Change 501586 had a related patch set uploaded (by Dzahn; owner: Dzahn):
[operations/puppet@production] icinga/parsoid: disable systemd monitoring on scandium test host

https://gerrit.wikimedia.org/r/501586

Change 501586 merged by Dzahn:
[operations/puppet@production] icinga/parsoid: disable systemd monitoring on scandium test host

https://gerrit.wikimedia.org/r/501586

systemd monitoring has been removed from icinga entirely for scandium. that's what was flapping due to this. all other base monitoring checks are still here and enabled (again).

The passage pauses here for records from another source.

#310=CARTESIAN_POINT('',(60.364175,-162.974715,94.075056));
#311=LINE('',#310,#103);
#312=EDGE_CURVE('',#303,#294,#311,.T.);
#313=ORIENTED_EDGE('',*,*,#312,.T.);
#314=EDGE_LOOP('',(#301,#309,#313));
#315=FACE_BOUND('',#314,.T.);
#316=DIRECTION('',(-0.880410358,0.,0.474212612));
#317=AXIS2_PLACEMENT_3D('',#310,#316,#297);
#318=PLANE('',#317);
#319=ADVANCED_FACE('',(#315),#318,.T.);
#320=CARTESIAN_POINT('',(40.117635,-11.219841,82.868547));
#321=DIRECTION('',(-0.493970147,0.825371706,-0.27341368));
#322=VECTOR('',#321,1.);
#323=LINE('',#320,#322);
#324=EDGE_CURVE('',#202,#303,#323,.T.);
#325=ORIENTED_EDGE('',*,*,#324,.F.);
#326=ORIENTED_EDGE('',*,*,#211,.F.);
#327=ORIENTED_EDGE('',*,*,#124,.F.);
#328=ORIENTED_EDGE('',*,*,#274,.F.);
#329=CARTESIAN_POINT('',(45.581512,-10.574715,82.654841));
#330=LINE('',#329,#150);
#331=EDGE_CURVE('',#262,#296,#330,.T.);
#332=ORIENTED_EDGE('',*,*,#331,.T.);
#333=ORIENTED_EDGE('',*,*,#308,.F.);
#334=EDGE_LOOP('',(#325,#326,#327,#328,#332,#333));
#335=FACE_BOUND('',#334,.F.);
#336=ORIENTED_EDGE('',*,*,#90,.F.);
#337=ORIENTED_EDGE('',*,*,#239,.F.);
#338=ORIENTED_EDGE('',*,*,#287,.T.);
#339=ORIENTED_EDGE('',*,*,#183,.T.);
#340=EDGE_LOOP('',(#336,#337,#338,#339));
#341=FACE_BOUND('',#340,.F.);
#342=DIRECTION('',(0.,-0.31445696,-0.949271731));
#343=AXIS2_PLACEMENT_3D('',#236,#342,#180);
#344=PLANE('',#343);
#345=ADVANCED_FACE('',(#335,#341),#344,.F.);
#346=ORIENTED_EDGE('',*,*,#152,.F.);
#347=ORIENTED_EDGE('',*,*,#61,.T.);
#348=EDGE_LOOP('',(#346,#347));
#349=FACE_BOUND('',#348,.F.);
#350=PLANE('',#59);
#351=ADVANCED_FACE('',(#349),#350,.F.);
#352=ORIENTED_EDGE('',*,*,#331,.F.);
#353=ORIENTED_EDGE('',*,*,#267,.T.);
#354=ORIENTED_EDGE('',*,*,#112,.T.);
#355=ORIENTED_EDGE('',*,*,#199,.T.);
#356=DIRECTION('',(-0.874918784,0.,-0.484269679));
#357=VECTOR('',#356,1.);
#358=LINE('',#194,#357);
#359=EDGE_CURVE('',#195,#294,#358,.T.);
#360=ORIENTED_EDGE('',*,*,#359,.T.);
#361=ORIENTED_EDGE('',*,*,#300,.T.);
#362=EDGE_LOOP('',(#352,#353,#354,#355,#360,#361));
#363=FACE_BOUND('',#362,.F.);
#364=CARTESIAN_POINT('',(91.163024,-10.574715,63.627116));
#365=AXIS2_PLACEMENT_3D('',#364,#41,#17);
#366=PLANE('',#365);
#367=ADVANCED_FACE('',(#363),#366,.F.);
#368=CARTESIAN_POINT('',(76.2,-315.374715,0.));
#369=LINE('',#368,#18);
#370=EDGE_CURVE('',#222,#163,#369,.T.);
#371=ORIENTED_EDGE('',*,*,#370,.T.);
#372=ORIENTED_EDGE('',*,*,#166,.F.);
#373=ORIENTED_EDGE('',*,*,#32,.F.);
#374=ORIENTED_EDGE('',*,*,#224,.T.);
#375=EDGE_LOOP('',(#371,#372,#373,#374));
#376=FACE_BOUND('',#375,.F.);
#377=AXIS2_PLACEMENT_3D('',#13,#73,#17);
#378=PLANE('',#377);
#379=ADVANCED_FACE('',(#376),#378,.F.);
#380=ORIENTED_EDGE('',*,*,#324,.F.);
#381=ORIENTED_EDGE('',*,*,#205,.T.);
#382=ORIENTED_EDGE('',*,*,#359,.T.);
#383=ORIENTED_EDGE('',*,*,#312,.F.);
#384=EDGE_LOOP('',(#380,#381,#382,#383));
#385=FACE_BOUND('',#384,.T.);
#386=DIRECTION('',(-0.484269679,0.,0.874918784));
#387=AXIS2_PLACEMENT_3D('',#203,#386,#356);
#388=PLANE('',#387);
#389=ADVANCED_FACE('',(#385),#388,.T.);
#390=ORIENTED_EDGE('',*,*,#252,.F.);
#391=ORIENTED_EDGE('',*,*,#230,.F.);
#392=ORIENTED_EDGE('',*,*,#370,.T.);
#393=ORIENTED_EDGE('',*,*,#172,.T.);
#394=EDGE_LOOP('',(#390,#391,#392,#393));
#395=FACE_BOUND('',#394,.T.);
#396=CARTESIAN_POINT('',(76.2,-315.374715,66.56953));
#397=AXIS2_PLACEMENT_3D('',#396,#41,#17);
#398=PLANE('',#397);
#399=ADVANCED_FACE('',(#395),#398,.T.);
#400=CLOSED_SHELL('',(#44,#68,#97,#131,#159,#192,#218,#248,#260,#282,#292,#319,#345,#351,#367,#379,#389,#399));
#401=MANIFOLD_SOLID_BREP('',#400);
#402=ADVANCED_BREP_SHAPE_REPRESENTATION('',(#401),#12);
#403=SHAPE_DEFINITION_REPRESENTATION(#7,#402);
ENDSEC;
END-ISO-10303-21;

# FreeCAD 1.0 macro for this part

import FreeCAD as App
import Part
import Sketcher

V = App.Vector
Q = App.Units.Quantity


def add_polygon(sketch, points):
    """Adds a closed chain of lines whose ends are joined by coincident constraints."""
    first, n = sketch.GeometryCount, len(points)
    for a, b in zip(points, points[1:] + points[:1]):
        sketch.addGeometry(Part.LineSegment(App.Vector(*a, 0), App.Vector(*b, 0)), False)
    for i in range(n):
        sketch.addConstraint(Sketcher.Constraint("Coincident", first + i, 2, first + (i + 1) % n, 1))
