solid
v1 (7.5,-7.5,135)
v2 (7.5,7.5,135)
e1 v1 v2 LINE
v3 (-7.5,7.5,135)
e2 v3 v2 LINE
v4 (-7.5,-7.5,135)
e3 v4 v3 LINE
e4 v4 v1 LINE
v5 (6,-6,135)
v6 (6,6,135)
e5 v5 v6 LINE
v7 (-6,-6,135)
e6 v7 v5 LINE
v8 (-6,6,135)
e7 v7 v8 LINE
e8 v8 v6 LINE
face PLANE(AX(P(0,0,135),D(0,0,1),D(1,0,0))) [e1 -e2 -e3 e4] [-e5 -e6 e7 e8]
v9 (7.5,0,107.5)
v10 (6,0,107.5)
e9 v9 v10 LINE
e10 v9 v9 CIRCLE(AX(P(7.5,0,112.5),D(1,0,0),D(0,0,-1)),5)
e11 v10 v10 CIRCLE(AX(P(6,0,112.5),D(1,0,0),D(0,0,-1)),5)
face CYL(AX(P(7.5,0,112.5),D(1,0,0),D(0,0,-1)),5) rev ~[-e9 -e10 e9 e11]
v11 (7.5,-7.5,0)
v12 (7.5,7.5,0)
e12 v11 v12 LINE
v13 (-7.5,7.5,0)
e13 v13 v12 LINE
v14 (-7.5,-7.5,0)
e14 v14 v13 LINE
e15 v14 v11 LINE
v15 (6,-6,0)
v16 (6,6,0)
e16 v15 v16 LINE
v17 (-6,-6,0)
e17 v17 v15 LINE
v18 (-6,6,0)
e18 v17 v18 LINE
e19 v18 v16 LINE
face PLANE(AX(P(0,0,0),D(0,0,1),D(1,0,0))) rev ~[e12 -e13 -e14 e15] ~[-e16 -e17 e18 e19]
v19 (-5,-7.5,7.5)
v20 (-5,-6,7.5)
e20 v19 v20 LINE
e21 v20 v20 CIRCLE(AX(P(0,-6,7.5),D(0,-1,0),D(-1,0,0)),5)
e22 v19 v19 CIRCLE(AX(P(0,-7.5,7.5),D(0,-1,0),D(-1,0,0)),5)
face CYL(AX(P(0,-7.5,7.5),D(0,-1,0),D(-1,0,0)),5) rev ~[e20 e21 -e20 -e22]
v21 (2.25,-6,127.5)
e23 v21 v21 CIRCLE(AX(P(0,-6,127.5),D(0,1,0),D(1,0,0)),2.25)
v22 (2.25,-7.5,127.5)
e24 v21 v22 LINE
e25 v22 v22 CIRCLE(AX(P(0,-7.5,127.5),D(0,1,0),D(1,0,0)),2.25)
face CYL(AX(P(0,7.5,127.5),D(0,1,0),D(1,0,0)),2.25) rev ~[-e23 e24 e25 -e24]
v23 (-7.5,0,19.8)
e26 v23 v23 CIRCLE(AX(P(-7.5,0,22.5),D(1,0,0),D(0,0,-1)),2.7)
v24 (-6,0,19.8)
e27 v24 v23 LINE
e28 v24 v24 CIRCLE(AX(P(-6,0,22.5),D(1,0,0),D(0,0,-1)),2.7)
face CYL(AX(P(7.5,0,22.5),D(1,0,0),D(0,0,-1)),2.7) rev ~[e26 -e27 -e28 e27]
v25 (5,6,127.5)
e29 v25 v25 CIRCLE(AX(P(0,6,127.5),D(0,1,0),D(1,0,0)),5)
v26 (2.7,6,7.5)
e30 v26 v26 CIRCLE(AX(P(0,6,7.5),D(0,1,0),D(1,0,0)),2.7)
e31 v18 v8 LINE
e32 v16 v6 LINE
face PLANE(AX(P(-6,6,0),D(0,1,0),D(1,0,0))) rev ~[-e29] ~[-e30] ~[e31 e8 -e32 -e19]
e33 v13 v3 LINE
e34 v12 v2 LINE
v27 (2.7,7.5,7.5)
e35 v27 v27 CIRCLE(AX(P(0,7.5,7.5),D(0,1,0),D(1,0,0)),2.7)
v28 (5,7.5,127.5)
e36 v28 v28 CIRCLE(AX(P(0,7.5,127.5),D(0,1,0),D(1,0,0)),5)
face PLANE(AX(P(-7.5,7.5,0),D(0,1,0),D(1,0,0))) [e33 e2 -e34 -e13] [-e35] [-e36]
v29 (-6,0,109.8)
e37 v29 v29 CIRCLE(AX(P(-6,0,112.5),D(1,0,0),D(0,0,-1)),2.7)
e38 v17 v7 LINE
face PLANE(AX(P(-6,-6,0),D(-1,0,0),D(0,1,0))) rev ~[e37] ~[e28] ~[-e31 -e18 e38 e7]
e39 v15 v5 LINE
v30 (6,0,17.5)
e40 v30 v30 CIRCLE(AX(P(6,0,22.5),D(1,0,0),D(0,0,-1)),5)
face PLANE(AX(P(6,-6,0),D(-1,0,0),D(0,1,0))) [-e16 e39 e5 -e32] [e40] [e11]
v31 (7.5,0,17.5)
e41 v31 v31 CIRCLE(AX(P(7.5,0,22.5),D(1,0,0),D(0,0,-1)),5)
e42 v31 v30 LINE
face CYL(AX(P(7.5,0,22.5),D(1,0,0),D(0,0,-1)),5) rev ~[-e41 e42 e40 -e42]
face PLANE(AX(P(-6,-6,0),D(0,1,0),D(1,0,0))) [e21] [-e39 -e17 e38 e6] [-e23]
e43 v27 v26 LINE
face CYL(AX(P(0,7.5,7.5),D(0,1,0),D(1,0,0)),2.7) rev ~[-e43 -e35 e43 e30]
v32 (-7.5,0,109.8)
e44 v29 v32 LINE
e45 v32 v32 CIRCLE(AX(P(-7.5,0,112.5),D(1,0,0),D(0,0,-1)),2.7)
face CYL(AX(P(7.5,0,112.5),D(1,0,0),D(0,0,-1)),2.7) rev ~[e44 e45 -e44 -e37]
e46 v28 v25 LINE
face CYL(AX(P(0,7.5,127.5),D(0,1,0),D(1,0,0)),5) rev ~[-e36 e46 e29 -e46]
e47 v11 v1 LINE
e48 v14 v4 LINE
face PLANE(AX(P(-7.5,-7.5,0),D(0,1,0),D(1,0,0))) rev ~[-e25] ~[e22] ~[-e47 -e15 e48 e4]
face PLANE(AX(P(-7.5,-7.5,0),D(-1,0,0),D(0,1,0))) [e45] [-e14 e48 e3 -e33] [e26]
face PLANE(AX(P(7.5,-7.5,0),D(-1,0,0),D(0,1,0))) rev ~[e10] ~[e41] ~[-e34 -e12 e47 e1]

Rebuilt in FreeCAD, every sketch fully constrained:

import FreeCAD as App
import Part
import Sketcher
Q = App.Units.Quantity


def add_polygon(sketch, points):
    """Adds a closed chain of lines whose ends are joined by coincident constraints."""
    first, n = sketch.GeometryCount, len(points)
    for a, b in zip(points, points[1:] + points[:1]):
        sketch.addGeometry(Part.LineSegment(App.Vector(*a, 0), App.Vector(*b, 0)), False)
    for i in range(n):
        sketch.addConstraint(Sketcher.Constraint("Coincident", first + i, 2, first + (i + 1) % n, 1))

doc = App.newDocument("Part")
body = doc.addObject("PartDesign::Body", "Body")

sketch1 = body.newObject("Sketcher::SketchObject", "Sketch")
sketch1.AttachmentSupport = (doc.getObject("XY_Plane"), [""])
sketch1.MapMode = "FlatFace"
add_polygon(sketch1, [(-8, 8), (-8, -8), (8, -8), (8, 8)])
add_polygon(sketch1, [(6, -6), (-6, -6), (-6, 6), (6, 6)])
sketch1.addConstraint([
    Sketcher.Constraint("Vertical", 0),
    Sketcher.Constraint("Horizontal", 1),
    Sketcher.Constraint("Vertical", 2),
    Sketcher.Constraint("Horizontal", 3),
    Sketcher.Constraint("Horizontal", 4),
    Sketcher.Constraint("Vertical", 5),
    Sketcher.Constraint("Horizontal", 6),
    Sketcher.Constraint("Vertical", 7),
    Sketcher.Constraint("Symmetric", 0, 2, 2, 2, -1, 1),
    Sketcher.Constraint("Symmetric", 4, 2, 6, 2, -1, 1),
    Sketcher.Constraint("Equal", 3, 0),
    Sketcher.Constraint("Equal", 6, 5),
    Sketcher.Constraint("DistanceX", 1, 1, 1, 2, Q("15 mm")),
    Sketcher.Constraint("DistanceX", 4, 2, 4, 1, Q("12 mm")),
])
pad1 = body.newObject("PartDesign::Pad", "Pad")
pad1.Profile = sketch1
pad1.Length = 135

sketch2 = body.newObject("Sketcher::SketchObject", "Sketch001")
sketch2.AttachmentSupport = (doc.getObject("YZ_Plane"), [""])
sketch2.MapMode = "FlatFace"
sketch2.AttachmentOffset = App.Placement(App.Vector(0, 0, 7.5), App.Rotation())
sketch2.addGeometry([
    Part.Circle(App.Vector(0, 112.5, 0), App.Vector(0, 0, 1), 2.7),
    Part.Circle(App.Vector(0, 22.5, 0), App.Vector(0, 0, 1), 2.7),
], False)
sketch2.addConstraint([
    Sketcher.Constraint("Equal", 0, 1),
    Sketcher.Constraint("PointOnObject", 0, 3, -2),
    Sketcher.Constraint("PointOnObject", 1, 3, -2),
    Sketcher.Constraint("Diameter", 0, Q("5.4 mm")),
    Sketcher.Constraint("DistanceY", 1, 3, 0, 3, Q("90 mm")),
    Sketcher.Constraint("DistanceY", -1, 1, 0, 3, Q("112.5 mm")),
])
pocket1 = body.newObject("PartDesign::Pocket", "Pocket")
pocket1.Profile = sketch2
pocket1.Length = 25

sketch3 = body.newObject("Sketcher::SketchObject", "Sketch002")
sketch3.AttachmentSupport = (doc.getObject("XZ_Plane"), [""])
sketch3.MapMode = "FlatFace"
sketch3.AttachmentOffset = App.Placement(App.Vector(0, 0, -7.5), App.Rotation())
sketch3.addGeometry([
    Part.Circle(App.Vector(0, 7.5, 0), App.Vector(0, 0, 1), 2.7),
    Part.Circle(App.Vector(0, 127.5, 0), App.Vector(0, 0, 1), 2.2),
], False)
sketch3.addConstraint([
    Sketcher.Constraint("PointOnObject", 0, 3, -2),
    Sketcher.Constraint("PointOnObject", 1, 3, -2),
    Sketcher.Constraint("Diameter", 0, Q("5.4 mm")),
    Sketcher.Constraint("Diameter", 1, Q("4.5 mm")),
    Sketcher.Constraint("DistanceY", 0, 3, 1, 3, Q("120 mm")),
    Sketcher.Constraint("DistanceY", -1, 1, 0, 3, Q("7.5 mm")),
])
pocket2 = body.newObject("PartDesign::Pocket", "Pocket001")
pocket2.Profile = sketch3
pocket2.Length = 25
pocket2.Reversed = True

sketch4 = body.newObject("Sketcher::SketchObject", "Sketch003")
sketch4.AttachmentSupport = (doc.getObject("XZ_Plane"), [""])
sketch4.MapMode = "FlatFace"
sketch4.AttachmentOffset = App.Placement(App.Vector(0, 0, -7.5), App.Rotation())
sketch4.addGeometry(Part.Circle(App.Vector(0, 128, 0), App.Vector(0, 0, 1), 5), False)
sketch4.addConstraint([
    Sketcher.Constraint("PointOnObject", 0, 3, -2),
    Sketcher.Constraint("Diameter", 0, Q("10 mm")),
    Sketcher.Constraint("DistanceY", -1, 1, 0, 3, Q("127.5 mm")),
])
pocket3 = body.newObject("PartDesign::Pocket", "Pocket002")
pocket3.Profile = sketch4
pocket3.Length = 10
pocket3.Reversed = True

sketch5 = body.newObject("Sketcher::SketchObject", "Sketch004")
sketch5.AttachmentSupport = (doc.getObject("YZ_Plane"), [""])
sketch5.MapMode = "FlatFace"
sketch5.AttachmentOffset = App.Placement(App.Vector(0, 0, 7.5), App.Rotation())
sketch5.addGeometry([
    Part.Circle(App.Vector(0, 22, 0), App.Vector(0, 0, 1), 5),
    Part.Circle(App.Vector(0, 112, 0), App.Vector(0, 0, 1), 5),
], False)
sketch5.addConstraint([
    Sketcher.Constraint("Equal", 0, 1),
    Sketcher.Constraint("PointOnObject", 0, 3, -2),
    Sketcher.Constraint("PointOnObject", 1, 3, -2),
    Sketcher.Constraint("Diameter", 0, Q("10 mm")),
    Sketcher.Constraint("DistanceY", 0, 3, 1, 3, Q("90 mm")),
    Sketcher.Constraint("DistanceY", -1, 1, 0, 3, Q("22.5 mm")),
])
pocket4 = body.newObject("PartDesign::Pocket", "Pocket003")
pocket4.Profile = sketch5
pocket4.Length = 10

sketch6 = body.newObject("Sketcher::SketchObject", "Sketch005")
sketch6.AttachmentSupport = (doc.getObject("XZ_Plane"), [""])
sketch6.MapMode = "FlatFace"
sketch6.AttachmentOffset = App.Placement(App.Vector(0, 0, 7.5), App.Rotation())
sketch6.addGeometry(Part.Circle(App.Vector(0, 8, 0), App.Vector(0, 0, 1), 5), False)
sketch6.addConstraint([
    Sketcher.Constraint("PointOnObject", 0, 3, -2),
    Sketcher.Constraint("Diameter", 0, Q("10 mm")),
    Sketcher.Constraint("DistanceY", -1, 1, 0, 3, Q("7.5 mm")),
])
pocket5 = body.newObject("PartDesign::Pocket", "Pocket004")
pocket5.Profile = sketch6
pocket5.Length = 10

doc.recompute()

did this issue get fixed? i just checked scandium and parsoid-vd has been running for 3 weeks

root@scandium:~# systemctl status parsoid-vd
● parsoid-vd.service - parsoid-vd: Testreduce HTTP service for visual-diff results
   Loaded: loaded (/lib/systemd/system/parsoid-vd.service; static; vendor preset: enabled)
   Active: active (running) since Mon 2019-04-15 22:07:01 UTC; 3 weeks 1 days ago
 Main PID: 57596 (nodejs)
    Tasks: 10 (limit: 39321)
   CGroup: /system.slice/parsoid-vd.service
           └─57596 /usr/bin/nodejs server.js --config /etc/testreduce/parsoid-vd.settings.js

Warning: Journal has been rotated since unit was started. Log output is incomplete or unavailable.
root@scandium:~#  sudo journalctl -n 1000 -u parsoid-vd | egrep "8011|FAIL"
root@scandium:~#
Dzahn claimed this task.

did this issue get fixed? i just checked scandium and parsoid-vd has been running for 3 weeks

Thanks! Based on this and also on:

This is not critical. I asked @Dzahn to turn off these alerts for now. Meanwhile, I started a test run to confirm that the service
doesn't terminate when there is activity against the service.

I would say we can close this. @ssastry if you disagree we can of course reopen it right away.

did this issue get fixed? i just checked scandium and parsoid-vd has been running for 3 weeks

Thanks! Based on this and also on:

This is not critical. I asked @Dzahn to turn off these alerts for now. Meanwhile, I started a test run to confirm that the service
doesn't terminate when there is activity against the service.

I would say we can close this. @ssastry if you disagree we can of course reopen it right away.

I didn't do anything to fix it ... but, if it was something transient and it got fixed .. then that works for me.